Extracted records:
┏━━

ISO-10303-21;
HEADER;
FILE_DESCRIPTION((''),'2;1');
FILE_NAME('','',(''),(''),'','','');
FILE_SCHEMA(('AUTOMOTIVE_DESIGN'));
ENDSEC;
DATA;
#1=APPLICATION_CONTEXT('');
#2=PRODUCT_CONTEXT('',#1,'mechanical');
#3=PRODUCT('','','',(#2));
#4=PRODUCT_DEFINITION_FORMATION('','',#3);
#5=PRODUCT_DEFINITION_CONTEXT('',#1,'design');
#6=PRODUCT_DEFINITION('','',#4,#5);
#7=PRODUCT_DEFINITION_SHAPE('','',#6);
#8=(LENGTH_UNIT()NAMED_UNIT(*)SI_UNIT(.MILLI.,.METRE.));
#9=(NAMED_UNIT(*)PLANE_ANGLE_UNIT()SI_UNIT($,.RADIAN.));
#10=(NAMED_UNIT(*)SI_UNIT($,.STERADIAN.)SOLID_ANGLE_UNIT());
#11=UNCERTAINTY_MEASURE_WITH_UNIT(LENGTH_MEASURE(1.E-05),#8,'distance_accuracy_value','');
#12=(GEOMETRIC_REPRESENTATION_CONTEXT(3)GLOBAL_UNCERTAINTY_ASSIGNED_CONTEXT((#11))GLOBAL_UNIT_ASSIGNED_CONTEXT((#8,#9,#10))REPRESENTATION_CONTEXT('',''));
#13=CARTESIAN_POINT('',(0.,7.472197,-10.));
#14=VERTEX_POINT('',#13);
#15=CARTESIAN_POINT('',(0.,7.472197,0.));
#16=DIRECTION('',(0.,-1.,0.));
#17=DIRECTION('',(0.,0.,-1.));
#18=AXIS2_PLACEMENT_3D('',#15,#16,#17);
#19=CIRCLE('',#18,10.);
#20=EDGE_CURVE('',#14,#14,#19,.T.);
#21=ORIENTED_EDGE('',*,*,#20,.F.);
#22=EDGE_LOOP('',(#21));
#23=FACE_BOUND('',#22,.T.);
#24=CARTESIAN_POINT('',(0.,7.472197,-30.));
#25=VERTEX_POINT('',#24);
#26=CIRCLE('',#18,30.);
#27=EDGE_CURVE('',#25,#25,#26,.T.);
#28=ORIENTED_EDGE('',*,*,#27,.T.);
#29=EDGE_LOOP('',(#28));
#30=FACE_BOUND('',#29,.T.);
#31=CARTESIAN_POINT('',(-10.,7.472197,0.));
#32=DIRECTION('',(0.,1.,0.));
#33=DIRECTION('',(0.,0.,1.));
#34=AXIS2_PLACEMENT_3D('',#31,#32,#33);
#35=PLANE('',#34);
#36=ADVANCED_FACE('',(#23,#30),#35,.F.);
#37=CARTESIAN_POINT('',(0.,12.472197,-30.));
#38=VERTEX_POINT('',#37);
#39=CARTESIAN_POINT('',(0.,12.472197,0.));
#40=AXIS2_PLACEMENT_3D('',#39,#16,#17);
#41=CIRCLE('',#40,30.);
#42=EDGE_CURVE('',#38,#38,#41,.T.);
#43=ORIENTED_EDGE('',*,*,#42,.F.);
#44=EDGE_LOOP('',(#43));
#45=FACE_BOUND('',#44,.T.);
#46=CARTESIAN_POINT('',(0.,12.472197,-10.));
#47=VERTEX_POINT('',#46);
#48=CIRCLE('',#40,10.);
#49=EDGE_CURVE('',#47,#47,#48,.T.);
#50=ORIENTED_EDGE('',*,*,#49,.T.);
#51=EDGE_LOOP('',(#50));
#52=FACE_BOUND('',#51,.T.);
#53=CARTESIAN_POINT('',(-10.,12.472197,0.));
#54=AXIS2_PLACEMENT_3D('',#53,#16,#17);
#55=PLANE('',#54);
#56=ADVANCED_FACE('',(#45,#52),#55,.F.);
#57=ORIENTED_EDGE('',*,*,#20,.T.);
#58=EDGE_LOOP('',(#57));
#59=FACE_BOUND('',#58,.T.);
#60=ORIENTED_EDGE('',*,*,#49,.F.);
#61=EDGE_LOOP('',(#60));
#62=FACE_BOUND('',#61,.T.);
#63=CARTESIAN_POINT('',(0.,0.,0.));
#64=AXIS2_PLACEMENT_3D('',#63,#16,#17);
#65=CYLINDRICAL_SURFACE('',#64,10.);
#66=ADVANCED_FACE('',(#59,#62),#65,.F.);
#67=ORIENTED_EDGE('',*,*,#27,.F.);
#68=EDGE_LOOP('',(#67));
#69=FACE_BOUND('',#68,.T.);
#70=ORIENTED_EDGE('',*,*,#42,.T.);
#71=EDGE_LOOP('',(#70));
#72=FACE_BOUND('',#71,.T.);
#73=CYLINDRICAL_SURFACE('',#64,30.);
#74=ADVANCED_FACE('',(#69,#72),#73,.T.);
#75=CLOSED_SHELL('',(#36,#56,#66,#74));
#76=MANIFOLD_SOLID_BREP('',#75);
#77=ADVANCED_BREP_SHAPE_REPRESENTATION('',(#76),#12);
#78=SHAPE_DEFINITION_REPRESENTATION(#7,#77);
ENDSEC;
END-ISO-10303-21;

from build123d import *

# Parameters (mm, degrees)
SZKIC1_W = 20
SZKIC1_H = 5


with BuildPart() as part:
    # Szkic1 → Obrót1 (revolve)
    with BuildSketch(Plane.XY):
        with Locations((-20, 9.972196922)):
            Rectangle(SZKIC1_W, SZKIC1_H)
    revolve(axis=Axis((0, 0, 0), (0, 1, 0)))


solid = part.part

┗━━

Exactly as they stand, repeat all the records.

▶ _Output for this task_:
ISO-10303-21;
HEADER;
FILE_DESCRIPTION((''),'2;1');
FILE_NAME('','',(''),(''),'','','');
FILE_SCHEMA(('AUTOMOTIVE_DESIGN'));
ENDSEC;
DATA;
#1=APPLICATION_CONTEXT('');
#2=PRODUCT_CONTEXT('',#1,'mechanical');
#3=PRODUCT('','','',(#2));
#4=PRODUCT_DEFINITION_FORMATION('','',#3);
#5=PRODUCT_DEFINITION_CONTEXT('',#1,'design');
#6=PRODUCT_DEFINITION('','',#4,#5);
#7=PRODUCT_DEFINITION_SHAPE('','',#6);
#8=(LENGTH_UNIT()NAMED_UNIT(*)SI_UNIT(.MILLI.,.METRE.));
#9=(NAMED_UNIT(*)PLANE_ANGLE_UNIT()SI_UNIT($,.RADIAN.));
#10=(NAMED_UNIT(*)SI_UNIT($,.STERADIAN.)SOLID_ANGLE_UNIT());
#11=UNCERTAINTY_MEASURE_WITH_UNIT(LENGTH_MEASURE(1.E-05),#8,'distance_accuracy_value','');
#12=(GEOMETRIC_REPRESENTATION_CONTEXT(3)GLOBAL_UNCERTAINTY_ASSIGNED_CONTEXT((#11))GLOBAL_UNIT_ASSIGNED_CONTEXT((#8,#9,#10))REPRESENTATION_CONTEXT('',''));
#13=CARTESIAN_POINT('',(0.,7.472197,-10.));
#14=VERTEX_POINT('',#13);
#15=CARTESIAN_POINT('',(0.,7.472197,0.));
#16=DIRECTION('',(0.,-1.,0.));
#17=DIRECTION('',(0.,0.,-1.));
#18=AXIS2_PLACEMENT_3D('',#15,#16,#17);
#19=CIRCLE('',#18,10.);
#20=EDGE_CURVE('',#14,#14,#19,.T.);
#21=ORIENTED_EDGE('',*,*,#20,.F.);
#22=EDGE_LOOP('',(#21));
#23=FACE_BOUND('',#22,.T.);
#24=CARTESIAN_POINT('',(0.,7.472197,-30.));
#25=VERTEX_POINT('',#24);
#26=CIRCLE('',#18,30.);
#27=EDGE_CURVE('',#25,#25,#26,.T.);
#28=ORIENTED_EDGE('',*,*,#27,.T.);
#29=EDGE_LOOP('',(#28));
#30=FACE_BOUND('',#29,.T.);
#31=CARTESIAN_POINT('',(-10.,7.472197,0.));
#32=DIRECTION('',(0.,1.,0.));
#33=DIRECTION('',(0.,0.,1.));
#34=AXIS2_PLACEMENT_3D('',#31,#32,#33);
#35=PLANE('',#34);
#36=ADVANCED_FACE('',(#23,#30),#35,.F.);
#37=CARTESIAN_POINT('',(0.,12.472197,-30.));
#38=VERTEX_POINT('',#37);
#39=CARTESIAN_POINT('',(0.,12.472197,0.));
#40=AXIS2_PLACEMENT_3D('',#39,#16,#17);
#41=CIRCLE('',#40,30.);
#42=EDGE_CURVE('',#38,#38,#41,.T.);
#43=ORIENTED_EDGE('',*,*,#42,.F.);
#44=EDGE_LOOP('',(#43));
#45=FACE_BOUND('',#44,.T.);
#46=CARTESIAN_POINT('',(0.,12.472197,-10.));
#47=VERTEX_POINT('',#46);
#48=CIRCLE('',#40,10.);
#49=EDGE_CURVE('',#47,#47,#48,.T.);
#50=ORIENTED_EDGE('',*,*,#49,.T.);
#51=EDGE_LOOP('',(#50));
#52=FACE_BOUND('',#51,.T.);
#53=CARTESIAN_POINT('',(-10.,12.472197,0.));
#54=AXIS2_PLACEMENT_3D('',#53,#16,#17);
#55=PLANE('',#54);
#56=ADVANCED_FACE('',(#45,#52),#55,.F.);
#57=ORIENTED_EDGE('',*,*,#20,.T.);
#58=EDGE_LOOP('',(#57));
#59=FACE_BOUND('',#58,.T.);
#60=ORIENTED_EDGE('',*,*,#49,.F.);
#61=EDGE_LOOP('',(#60));
#62=FACE_BOUND('',#61,.T.);
#63=CARTESIAN_POINT('',(0.,0.,0.));
#64=AXIS2_PLACEMENT_3D('',#63,#16,#17);
#65=CYLINDRICAL_SURFACE('',#64,10.);
#66=ADVANCED_FACE('',(#59,#62),#65,.F.);
#67=ORIENTED_EDGE('',*,*,#27,.F.);
#68=EDGE_LOOP('',(#67));
#69=FACE_BOUND('',#68,.T.);
#70=ORIENTED_EDGE('',*,*,#42,.T.);
#71=EDGE_LOOP('',(#70));
#72=FACE_BOUND('',#71,.T.);
#73=CYLINDRICAL_SURFACE('',#64,30.);
#74=ADVANCED_FACE('',(#69,#72),#73,.T.);
#75=CLOSED_SHELL('',(#36,#56,#66,#74));
#76=MANIFOLD_SOLID_BREP('',#75);
#77=ADVANCED_BREP_SHAPE_REPRESENTATION('',(#76),#12);
#78=SHAPE_DEFINITION_REPRESENTATION(#7,#77);
ENDSEC;
END-ISO-10303-21;

from build123d import *

# Parameters (mm, degrees)
SZKIC1_W = 20
SZKIC1_H = 5


with BuildPart() as part:
    # Szkic1 → Obrót1 (revolve)
    with BuildSketch(Plane.XY):
        with Locations((-20, 9.972196922)):
            Rectangle(SZKIC1_W, SZKIC1_H)
    revolve(axis=Axis((0, 0, 0), (0, 1, 0)))


solid = part.part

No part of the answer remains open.